Em quase todas as manifestações de rua vistas recentemente Brasil a fora percebe-se, ainda que incipiente, aqueles que pedem o retorno dos militares. Para a esquerda instalada no Governo tratam-se de golpistas misturados à multidão trabalhando para o fim do regime democrático brasileiro e retorno à ditadura.
Será?
Artigo publicado no Estadão pelo jornalista José Roberto de Toledo, em setembro deste ano, revela um dado interessante: apenas 15 por cento da população se diz satisfeita com o jeito como o regime democrático funciona no Brasil. Deste percentual apenas 1% está muito satisfeito e os demais 14% satisfeitos.
Outro aspecto curioso. Realizada pelo Ibope, a pesquisa é parte de uma série de levantamentos iniciados em 2008 – meados do segundo mandato de Luiz Inácio Lula da Silva -, e tem como público a população com idade para votar.
Ainda segundo o artigo no Estadão, 36% se diz ” pouco satisfeito” e 45% “nada satisfeito”. Número que impressiona considerando que este sentimento é compartilhado pelos diversos extratos da população entrevistada, pobres e ricos; semianalfabeto ou com diploma universitário; homens ou mulheres; brancos e negros ou católicos e evangélicos.
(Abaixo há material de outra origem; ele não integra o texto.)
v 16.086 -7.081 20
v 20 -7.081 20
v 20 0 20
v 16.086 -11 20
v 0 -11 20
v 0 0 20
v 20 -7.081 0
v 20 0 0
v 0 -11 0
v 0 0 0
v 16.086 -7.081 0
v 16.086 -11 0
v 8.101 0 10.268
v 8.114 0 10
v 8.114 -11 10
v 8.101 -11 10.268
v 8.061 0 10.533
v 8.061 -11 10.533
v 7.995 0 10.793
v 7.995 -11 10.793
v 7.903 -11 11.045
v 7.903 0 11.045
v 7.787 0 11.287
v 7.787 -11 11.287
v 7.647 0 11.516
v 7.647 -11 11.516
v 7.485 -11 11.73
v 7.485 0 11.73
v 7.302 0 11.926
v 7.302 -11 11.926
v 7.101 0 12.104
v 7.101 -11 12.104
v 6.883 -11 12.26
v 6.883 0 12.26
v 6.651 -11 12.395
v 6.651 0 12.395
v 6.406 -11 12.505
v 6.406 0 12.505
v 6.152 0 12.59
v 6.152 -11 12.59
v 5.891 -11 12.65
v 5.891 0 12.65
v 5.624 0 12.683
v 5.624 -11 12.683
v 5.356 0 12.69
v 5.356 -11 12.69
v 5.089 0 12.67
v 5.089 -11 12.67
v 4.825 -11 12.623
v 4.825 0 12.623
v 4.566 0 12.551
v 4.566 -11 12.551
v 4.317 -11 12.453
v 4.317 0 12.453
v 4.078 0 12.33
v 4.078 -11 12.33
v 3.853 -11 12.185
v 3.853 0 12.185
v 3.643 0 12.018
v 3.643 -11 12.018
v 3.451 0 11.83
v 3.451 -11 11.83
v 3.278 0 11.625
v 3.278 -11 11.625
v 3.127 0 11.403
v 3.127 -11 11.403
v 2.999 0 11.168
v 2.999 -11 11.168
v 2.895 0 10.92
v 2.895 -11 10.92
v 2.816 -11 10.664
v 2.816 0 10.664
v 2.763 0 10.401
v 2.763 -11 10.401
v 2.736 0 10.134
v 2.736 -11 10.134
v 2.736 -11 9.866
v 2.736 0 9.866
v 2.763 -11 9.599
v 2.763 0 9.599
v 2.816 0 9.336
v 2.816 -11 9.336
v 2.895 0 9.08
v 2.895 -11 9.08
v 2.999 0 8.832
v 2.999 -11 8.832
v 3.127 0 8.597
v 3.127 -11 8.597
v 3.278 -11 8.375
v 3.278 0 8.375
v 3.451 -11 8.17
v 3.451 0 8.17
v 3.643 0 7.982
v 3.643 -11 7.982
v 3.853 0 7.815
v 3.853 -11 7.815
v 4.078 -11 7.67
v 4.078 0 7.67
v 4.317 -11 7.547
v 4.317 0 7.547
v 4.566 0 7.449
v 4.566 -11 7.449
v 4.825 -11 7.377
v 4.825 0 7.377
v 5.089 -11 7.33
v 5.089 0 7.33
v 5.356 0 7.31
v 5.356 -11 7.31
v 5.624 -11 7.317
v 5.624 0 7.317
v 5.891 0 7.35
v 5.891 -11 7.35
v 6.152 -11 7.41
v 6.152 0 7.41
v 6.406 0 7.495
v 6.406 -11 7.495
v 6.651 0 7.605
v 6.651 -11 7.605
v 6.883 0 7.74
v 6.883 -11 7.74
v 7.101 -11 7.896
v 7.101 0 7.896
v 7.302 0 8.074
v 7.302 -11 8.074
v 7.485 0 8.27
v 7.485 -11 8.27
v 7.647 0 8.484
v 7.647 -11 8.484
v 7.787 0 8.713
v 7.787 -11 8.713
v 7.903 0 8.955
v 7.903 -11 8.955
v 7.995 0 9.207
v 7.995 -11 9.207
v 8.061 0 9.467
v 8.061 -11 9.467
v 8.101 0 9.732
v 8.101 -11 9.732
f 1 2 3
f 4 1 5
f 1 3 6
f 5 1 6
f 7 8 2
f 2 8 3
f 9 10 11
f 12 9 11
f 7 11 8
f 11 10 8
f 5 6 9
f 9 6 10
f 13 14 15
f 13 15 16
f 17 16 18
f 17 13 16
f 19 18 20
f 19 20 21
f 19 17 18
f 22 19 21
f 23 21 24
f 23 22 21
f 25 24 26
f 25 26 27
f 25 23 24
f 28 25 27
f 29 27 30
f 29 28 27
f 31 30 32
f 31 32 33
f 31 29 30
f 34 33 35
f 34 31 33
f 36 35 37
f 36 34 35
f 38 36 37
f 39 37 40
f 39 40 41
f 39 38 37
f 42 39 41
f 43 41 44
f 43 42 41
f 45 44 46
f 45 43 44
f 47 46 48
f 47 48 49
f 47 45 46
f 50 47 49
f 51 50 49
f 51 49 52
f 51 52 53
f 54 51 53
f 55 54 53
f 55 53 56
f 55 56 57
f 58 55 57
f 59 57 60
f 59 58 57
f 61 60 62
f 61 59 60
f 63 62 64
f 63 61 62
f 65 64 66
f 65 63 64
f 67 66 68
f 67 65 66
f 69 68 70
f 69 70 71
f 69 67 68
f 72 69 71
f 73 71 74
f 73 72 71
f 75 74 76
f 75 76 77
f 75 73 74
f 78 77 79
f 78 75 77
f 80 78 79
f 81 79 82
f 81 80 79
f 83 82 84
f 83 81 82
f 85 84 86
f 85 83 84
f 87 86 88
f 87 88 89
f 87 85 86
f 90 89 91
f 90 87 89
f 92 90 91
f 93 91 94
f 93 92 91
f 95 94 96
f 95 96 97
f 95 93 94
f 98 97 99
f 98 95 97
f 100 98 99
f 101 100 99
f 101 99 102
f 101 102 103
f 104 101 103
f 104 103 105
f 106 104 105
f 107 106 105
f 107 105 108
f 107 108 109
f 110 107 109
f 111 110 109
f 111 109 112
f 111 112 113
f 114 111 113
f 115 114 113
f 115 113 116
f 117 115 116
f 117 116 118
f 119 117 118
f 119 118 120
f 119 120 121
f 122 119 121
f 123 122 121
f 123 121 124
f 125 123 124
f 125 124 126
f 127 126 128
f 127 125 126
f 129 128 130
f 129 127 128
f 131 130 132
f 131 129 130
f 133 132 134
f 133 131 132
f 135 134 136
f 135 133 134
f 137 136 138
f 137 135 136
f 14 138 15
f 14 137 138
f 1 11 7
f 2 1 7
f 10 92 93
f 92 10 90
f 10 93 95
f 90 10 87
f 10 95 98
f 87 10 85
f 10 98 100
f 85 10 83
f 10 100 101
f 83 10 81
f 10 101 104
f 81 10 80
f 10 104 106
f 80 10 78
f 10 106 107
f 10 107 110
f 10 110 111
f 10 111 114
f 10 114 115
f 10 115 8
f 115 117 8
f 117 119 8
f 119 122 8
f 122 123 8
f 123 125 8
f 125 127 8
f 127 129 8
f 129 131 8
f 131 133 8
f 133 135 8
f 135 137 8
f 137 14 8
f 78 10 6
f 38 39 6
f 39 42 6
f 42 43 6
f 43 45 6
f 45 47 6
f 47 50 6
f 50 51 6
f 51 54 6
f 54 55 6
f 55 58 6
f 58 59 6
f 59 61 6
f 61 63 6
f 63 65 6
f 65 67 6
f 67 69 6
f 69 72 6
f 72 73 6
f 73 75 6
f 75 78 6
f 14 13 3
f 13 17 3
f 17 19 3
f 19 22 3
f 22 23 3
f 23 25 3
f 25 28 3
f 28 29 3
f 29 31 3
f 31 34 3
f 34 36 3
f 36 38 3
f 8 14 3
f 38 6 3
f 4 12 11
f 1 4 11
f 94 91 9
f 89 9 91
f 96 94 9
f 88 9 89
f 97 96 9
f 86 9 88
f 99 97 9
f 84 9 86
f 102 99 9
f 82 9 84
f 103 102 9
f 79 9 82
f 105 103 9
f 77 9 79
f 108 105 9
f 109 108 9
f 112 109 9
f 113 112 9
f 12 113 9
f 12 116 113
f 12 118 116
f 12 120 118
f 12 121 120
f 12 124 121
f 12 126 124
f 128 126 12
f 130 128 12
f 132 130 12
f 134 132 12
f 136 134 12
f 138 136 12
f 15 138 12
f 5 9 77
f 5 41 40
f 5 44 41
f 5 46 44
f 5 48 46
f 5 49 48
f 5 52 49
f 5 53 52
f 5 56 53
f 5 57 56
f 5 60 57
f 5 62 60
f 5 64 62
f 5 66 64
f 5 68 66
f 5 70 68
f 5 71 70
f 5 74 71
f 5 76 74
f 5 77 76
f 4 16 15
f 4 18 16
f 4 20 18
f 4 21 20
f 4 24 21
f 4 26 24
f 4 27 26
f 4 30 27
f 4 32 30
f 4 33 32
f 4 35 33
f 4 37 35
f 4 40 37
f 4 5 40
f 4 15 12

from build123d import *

# Parameters (mm, degrees)
F0_R      = 2.690874
F1_DEPTH  = 11
F2_W      = 4
F2_H      = 4
F1_FACE_W = 20
F1_FACE_H = 11
F3_DEPTH  = 25


with BuildPart() as f1:
    # F0 (on Front) → F1 (new body)
    with BuildSketch(Plane.XZ):
        Polygon((0, 10), (0, 0), (20, 0), (20, 20), (0, 20), align=None)
        with Locations((5.423373, 10)):
            Circle(F0_R, mode=Mode.SUBTRACT)
    extrude(amount=F1_DEPTH)

    # F2 (on Top) + F1_face (on face) → F3 (cut)
    with BuildSketch(Plane.XY):
        with Locations((18.086078, -9.081113)):
            Rectangle(F2_W, F2_H)
    with BuildSketch(Plane(origin=(10, -5.5, 20), x_dir=(1, 0, 0), z_dir=(0, 0, 1))):
        Rectangle(F1_FACE_W, F1_FACE_H)
    extrude(amount=F3_DEPTH, mode=Mode.SUBTRACT)


solid = f1.part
Apresentando pequena inflexão no Nordeste o resultado é consolidado de Norte a Sul e de Leste a Oeste, percebido tanto nas capitais quanto nas cidades do interior.
A pesquisa mostra que a democracia chegou a um nível crítico de insatisfação, mas não esclarece o porquê.
As causas desta descrença generalizada e crescente com a democracia podem ser várias. Na série histórica do levantamento o índice de insatisfação mais alto havia sido registrado em 2013 após a onda de protestos de rua, chegando ao patamar de 29%. No ano seguinte se acomodou em 22% para neste ano bater nos 45% de “nada satisfeito”.
A decepção com a economia e os escândalos revelados pela Operação Lava Jato podem ser causas para este efeito. De igual forma a insatisfação atinge da presidência da República a governadores e prefeitos, além de senadores, deputados federais, estaduais e vereadores.
Em Montes Claros será interessante acompanhar e tentar aferir se e como este estado de insatisfação influirá nos resultados da campanha eleitoral que acontece ano que vem.
(Márcio Antunes 06/10/15)
Nota do Editor: Este ensaio foi escrito originalmente em 6 de outubro de 2015. Sua republicação hoje, na coluna Sem Mordaças, funciona como uma verdadeira profecia política. Muito antes de a polarização e as rupturas institucionais se consolidarem nas urnas nos anos seguintes, este texto já captava o “vírus” da crise. O grande trunfo da análise é a desconstrução do rótulo fácil. Ao questionar o argumento da esquerda de que os manifestantes eram puramente “golpistas”, o texto usou dados frios e demográficos para provar que a insatisfação com o funcionamento da democracia não era um delírio ideológico de nicho, mas um sentimento transversal – que cortava classes, raças, religiões e níveis de escolaridade -, identificando ali o início do colapso da confiança institucional que pavimentou o caminho para a ascensão da nova direita e do movimento bolsonarista no país.